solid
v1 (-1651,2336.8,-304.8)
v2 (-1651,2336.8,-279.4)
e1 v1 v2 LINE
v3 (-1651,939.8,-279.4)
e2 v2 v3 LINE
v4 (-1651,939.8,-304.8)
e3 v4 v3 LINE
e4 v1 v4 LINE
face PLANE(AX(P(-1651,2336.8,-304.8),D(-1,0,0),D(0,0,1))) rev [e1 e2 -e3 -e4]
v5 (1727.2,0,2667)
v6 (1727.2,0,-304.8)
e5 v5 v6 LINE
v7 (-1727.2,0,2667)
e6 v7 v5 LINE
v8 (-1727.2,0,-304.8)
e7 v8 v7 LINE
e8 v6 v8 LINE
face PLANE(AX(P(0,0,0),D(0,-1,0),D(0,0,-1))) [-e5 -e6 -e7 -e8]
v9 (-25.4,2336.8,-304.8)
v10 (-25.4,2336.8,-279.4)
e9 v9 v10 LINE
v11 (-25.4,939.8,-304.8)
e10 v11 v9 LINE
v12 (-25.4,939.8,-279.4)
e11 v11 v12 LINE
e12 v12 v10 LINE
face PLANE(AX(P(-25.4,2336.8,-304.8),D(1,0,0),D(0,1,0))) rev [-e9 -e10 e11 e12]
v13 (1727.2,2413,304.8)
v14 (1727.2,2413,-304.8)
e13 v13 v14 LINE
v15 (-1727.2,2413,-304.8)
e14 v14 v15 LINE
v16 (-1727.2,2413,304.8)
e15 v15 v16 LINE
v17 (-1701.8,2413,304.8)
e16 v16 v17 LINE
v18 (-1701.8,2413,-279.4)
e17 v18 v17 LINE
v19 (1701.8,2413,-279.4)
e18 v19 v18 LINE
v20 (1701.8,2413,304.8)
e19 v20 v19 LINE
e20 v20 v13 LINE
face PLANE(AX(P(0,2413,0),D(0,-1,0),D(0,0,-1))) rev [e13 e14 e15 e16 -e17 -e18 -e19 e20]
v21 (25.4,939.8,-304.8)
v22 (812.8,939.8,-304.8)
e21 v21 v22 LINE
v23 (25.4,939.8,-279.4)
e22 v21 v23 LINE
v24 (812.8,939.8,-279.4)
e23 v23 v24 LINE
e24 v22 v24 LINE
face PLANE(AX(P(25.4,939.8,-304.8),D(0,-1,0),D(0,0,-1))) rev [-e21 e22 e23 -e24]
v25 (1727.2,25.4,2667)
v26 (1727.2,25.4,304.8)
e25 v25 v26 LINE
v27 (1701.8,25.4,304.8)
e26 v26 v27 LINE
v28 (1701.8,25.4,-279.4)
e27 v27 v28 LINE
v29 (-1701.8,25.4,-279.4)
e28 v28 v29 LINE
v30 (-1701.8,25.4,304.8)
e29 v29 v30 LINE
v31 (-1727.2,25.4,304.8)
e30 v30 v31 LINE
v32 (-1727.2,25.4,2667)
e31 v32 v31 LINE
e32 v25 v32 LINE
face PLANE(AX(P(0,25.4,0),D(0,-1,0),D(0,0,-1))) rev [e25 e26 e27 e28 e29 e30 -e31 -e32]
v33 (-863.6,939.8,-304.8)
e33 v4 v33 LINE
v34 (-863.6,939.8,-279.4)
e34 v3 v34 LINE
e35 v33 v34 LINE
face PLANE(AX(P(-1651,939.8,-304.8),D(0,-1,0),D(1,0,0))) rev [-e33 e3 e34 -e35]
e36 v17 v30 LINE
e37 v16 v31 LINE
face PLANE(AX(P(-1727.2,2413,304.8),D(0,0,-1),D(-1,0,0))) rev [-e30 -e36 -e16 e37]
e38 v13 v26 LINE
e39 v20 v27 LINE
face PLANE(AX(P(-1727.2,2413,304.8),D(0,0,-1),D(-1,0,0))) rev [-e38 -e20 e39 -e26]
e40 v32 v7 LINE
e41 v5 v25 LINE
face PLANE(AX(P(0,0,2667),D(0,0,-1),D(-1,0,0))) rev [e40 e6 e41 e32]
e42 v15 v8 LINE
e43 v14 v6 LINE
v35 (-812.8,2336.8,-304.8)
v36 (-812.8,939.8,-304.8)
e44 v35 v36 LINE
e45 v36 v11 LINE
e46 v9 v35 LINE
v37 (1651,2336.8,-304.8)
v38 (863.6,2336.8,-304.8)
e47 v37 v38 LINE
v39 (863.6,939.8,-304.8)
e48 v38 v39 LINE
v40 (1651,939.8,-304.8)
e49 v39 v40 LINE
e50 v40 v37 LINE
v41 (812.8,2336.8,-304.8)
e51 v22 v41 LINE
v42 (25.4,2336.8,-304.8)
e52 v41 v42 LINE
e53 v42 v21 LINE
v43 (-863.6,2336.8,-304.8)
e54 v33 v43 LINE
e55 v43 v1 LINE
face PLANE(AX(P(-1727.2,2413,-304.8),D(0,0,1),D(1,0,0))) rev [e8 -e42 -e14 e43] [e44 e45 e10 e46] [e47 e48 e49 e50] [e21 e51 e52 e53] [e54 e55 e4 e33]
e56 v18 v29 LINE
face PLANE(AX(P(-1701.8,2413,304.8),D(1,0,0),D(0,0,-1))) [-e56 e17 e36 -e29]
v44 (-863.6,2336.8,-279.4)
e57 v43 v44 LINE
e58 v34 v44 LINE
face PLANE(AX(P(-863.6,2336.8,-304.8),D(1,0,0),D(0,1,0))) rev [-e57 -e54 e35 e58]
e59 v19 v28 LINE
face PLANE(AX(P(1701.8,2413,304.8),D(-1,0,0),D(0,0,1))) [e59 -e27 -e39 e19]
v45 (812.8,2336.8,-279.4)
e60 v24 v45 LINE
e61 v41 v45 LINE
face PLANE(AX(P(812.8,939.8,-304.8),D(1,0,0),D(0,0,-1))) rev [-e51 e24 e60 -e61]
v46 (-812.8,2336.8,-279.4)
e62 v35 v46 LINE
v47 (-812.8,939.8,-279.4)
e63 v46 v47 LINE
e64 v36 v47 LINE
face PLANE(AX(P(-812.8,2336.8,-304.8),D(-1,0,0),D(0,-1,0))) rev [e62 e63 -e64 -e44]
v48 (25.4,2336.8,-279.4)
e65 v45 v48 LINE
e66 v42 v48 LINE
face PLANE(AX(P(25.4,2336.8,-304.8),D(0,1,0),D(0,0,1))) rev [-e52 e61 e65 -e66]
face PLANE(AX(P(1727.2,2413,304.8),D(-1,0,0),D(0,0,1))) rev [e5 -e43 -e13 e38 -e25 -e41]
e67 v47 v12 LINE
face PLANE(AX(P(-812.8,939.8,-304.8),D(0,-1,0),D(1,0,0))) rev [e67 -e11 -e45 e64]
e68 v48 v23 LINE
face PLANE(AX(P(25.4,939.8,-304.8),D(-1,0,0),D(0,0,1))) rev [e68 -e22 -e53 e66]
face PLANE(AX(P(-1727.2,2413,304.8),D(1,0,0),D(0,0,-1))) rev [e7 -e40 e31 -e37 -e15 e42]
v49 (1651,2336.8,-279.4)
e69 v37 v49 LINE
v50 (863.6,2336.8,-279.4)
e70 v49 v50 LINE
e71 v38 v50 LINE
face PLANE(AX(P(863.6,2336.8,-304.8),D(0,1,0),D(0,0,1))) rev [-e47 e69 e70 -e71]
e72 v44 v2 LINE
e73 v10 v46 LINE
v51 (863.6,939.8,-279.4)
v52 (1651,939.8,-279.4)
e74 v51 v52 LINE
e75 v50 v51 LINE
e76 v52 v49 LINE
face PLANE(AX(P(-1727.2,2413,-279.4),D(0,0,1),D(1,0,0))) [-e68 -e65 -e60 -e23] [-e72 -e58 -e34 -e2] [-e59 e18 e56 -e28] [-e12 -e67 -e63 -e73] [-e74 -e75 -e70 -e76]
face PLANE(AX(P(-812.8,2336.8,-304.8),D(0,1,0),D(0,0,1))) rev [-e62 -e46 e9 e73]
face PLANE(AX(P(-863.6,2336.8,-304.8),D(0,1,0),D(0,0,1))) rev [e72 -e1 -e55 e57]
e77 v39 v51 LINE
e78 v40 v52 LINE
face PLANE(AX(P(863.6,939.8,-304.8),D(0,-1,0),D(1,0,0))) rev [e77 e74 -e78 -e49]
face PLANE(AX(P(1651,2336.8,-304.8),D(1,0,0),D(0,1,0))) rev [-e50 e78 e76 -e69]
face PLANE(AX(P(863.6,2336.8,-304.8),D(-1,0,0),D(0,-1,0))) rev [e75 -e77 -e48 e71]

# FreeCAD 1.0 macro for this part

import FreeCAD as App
import Part
import Sketcher
Q = App.Units.Quantity


def faces_at(feature, points):
    """Names of the faces that lie closest to the given points."""
    faces = feature.Shape.Faces
    near = lambda p: min(range(len(faces)), key=lambda i: faces[i].distToShape(Part.Vertex(*p))[0])
    return sorted({f"Face{near(p) + 1}" for p in points})


def add_polygon(sketch, points):
    """Adds a closed chain of lines whose ends are joined by coincident constraints."""
    first, n = sketch.GeometryCount, len(points)
    for a, b in zip(points, points[1:] + points[:1]):
        sketch.addGeometry(Part.LineSegment(App.Vector(*a, 0), App.Vector(*b, 0)), False)
    for i in range(n):
        sketch.addConstraint(Sketcher.Constraint("Coincident", first + i, 2, first + (i + 1) % n, 1))

doc = App.newDocument("Part")
body = doc.addObject("PartDesign::Body", "Body")

sketch1 = doc.addObject("Sketcher::SketchObject", "Sketch")
body.addObject(sketch1)
sketch1.AttachmentSupport = (doc.XZ_Plane, [""])
sketch1.MapMode = "FlatFace"
add_polygon(sketch1, [(-1727, -305), (-1727, 305), (1727, 305), (1727, -305)])
sketch1.addConstraint(Sketcher.Constraint("Vertical", 0))
sketch1.addConstraint(Sketcher.Constraint("Horizontal", 1))
sketch1.addConstraint(Sketcher.Constraint("Vertical", 2))
sketch1.addConstraint(Sketcher.Constraint("Horizontal", 3))
sketch1.addConstraint(Sketcher.Constraint("Symmetric", 0, 2, 2, 2, -1, 1))
sketch1.addConstraint(Sketcher.Constraint("DistanceX", 1, 1, 1, 2, Q("136 in")))
sketch1.addConstraint(Sketcher.Constraint("DistanceY", 0, 1, 0, 2, Q("24 in")))
pad1 = doc.addObject("PartDesign::Pad", "Pad")
body.addObject(pad1)
pad1.Profile = sketch1
pad1.Length = Q("95 in")
pad1.Reversed = True
doc.recompute()

thickness = doc.addObject("PartDesign::Thickness", "Thickness")
body.addObject(thickness)
thickness.Base = (pad1, faces_at(pad1, [(0, 2413, 0), (0, 1206.5, 304.8)]))
thickness.Value = Q("1 in")
thickness.Reversed = True
thickness.Join = "Intersection"

sketch2 = doc.addObject("Sketcher::SketchObject", "Sketch001")
body.addObject(sketch2)
sketch2.AttachmentSupport = (doc.XY_Plane, [""])
sketch2.MapMode = "FlatFace"
sketch2.AttachmentOffset = App.Placement(App.Vector(0, 0, 12 * 25.4), App.Rotation())
add_polygon(sketch2, [(-1727, 25), (-1727, 0), (1727, 0), (1727, 25)])
sketch2.addConstraint(Sketcher.Constraint("Vertical", 0))
sketch2.addConstraint(Sketcher.Constraint("Horizontal", 1))
sketch2.addConstraint(Sketcher.Constraint("Vertical", 2))
sketch2.addConstraint(Sketcher.Constraint("Horizontal", 3))
sketch2.addConstraint(Sketcher.Constraint("Symmetric", 0, 2, 1, 2, -1, 1))
sketch2.addConstraint(Sketcher.Constraint("DistanceX", 1, 1, 1, 2, Q("136 in")))
sketch2.addConstraint(Sketcher.Constraint("DistanceY", 0, 2, 0, 1, Q("1 in")))
pad2 = doc.addObject("PartDesign::Pad", "Pad001")
body.addObject(pad2)
pad2.Profile = sketch2
pad2.Length = Q("93 in")

sketch3 = doc.addObject("Sketcher::SketchObject", "Sketch002")
body.addObject(sketch3)
sketch3.AttachmentSupport = (doc.XY_Plane, [""])
sketch3.MapMode = "FlatFace"
sketch3.AttachmentOffset = App.Placement(App.Vector(0, 0, -11 * 25.4), App.Rotation())
add_polygon(sketch3, [(-1651, 2337), (-1651, 940), (-864, 940), (-864, 2337)])
add_polygon(sketch3, [(-813, 2337), (-813, 940), (-25, 940), (-25, 2337)])
add_polygon(sketch3, [(25, 2337), (25, 940), (813, 940), (813, 2337)])
add_polygon(sketch3, [(864, 2337), (864, 940), (1651, 940), (1651, 2337)])
sketch3.addConstraint(Sketcher.Constraint("Vertical", 0))
sketch3.addConstraint(Sketcher.Constraint("Horizontal", 1))
sketch3.addConstraint(Sketcher.Constraint("Vertical", 2))
sketch3.addConstraint(Sketcher.Constraint("Horizontal", 3))
sketch3.addConstraint(Sketcher.Constraint("Vertical", 4))
sketch3.addConstraint(Sketcher.Constraint("Horizontal", 5))
sketch3.addConstraint(Sketcher.Constraint("Vertical", 6))
sketch3.addConstraint(Sketcher.Constraint("Horizontal", 7))
sketch3.addConstraint(Sketcher.Constraint("Vertical", 8))
sketch3.addConstraint(Sketcher.Constraint("Horizontal", 9))
sketch3.addConstraint(Sketcher.Constraint("Vertical", 10))
sketch3.addConstraint(Sketcher.Constraint("Horizontal", 11))
sketch3.addConstraint(Sketcher.Constraint("Vertical", 12))
sketch3.addConstraint(Sketcher.Constraint("Horizontal", 13))
sketch3.addConstraint(Sketcher.Constraint("Vertical", 14))
sketch3.addConstraint(Sketcher.Constraint("Horizontal", 15))
sketch3.addConstraint(Sketcher.Constraint("Symmetric", 5, 2, 8, 2, -2))
sketch3.addConstraint(Sketcher.Constraint("Symmetric", 7, 2, 10, 2, -2))
sketch3.addConstraint(Sketcher.Constraint("Symmetric", 1, 2, 12, 2, -2))
sketch3.addConstraint(Sketcher.Constraint("Symmetric", 3, 2, 14, 2, -2))
sketch3.addConstraint(Sketcher.Constraint("Horizontal", 1, 2, 4, 2))
sketch3.addConstraint(Sketcher.Constraint("Horizontal", 3, 2, 6, 2))
sketch3.addConstraint(Sketcher.Constraint("Equal", 3, 5))
sketch3.addConstraint(Sketcher.Constraint("DistanceX", 1, 1, 1, 2, Q("31 in")))
sketch3.addConstraint(Sketcher.Constraint("DistanceY", 0, 2, 0, 1, Q("55 in")))
sketch3.addConstraint(Sketcher.Constraint("DistanceX", 0, 2, -1, 1, Q("65 in")))
sketch3.addConstraint(Sketcher.Constraint("DistanceY", -1, 1, 0, 2, Q("37 in")))
sketch3.addConstraint(Sketcher.Constraint("DistanceX", 4, 2, -1, 1, Q("32 in")))
pocket1 = doc.addObject("PartDesign::Pocket", "Pocket")
body.addObject(pocket1)
pocket1.Profile = sketch3
pocket1.Length = Q("1 in")

doc.recompute()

WHAT YOU NEED TO DO: The line containing "v11 (-25.4,939.8,-304.8)" marks the end: copy exactly every line from the top of the data above down to it, that line included.

SOLUTION FOR THIS EXERCISE:
solid
v1 (-1651,2336.8,-304.8)
v2 (-1651,2336.8,-279.4)
e1 v1 v2 LINE
v3 (-1651,939.8,-279.4)
e2 v2 v3 LINE
v4 (-1651,939.8,-304.8)
e3 v4 v3 LINE
e4 v1 v4 LINE
face PLANE(AX(P(-1651,2336.8,-304.8),D(-1,0,0),D(0,0,1))) rev [e1 e2 -e3 -e4]
v5 (1727.2,0,2667)
v6 (1727.2,0,-304.8)
e5 v5 v6 LINE
v7 (-1727.2,0,2667)
e6 v7 v5 LINE
v8 (-1727.2,0,-304.8)
e7 v8 v7 LINE
e8 v6 v8 LINE
face PLANE(AX(P(0,0,0),D(0,-1,0),D(0,0,-1))) [-e5 -e6 -e7 -e8]
v9 (-25.4,2336.8,-304.8)
v10 (-25.4,2336.8,-279.4)
e9 v9 v10 LINE
v11 (-25.4,939.8,-304.8)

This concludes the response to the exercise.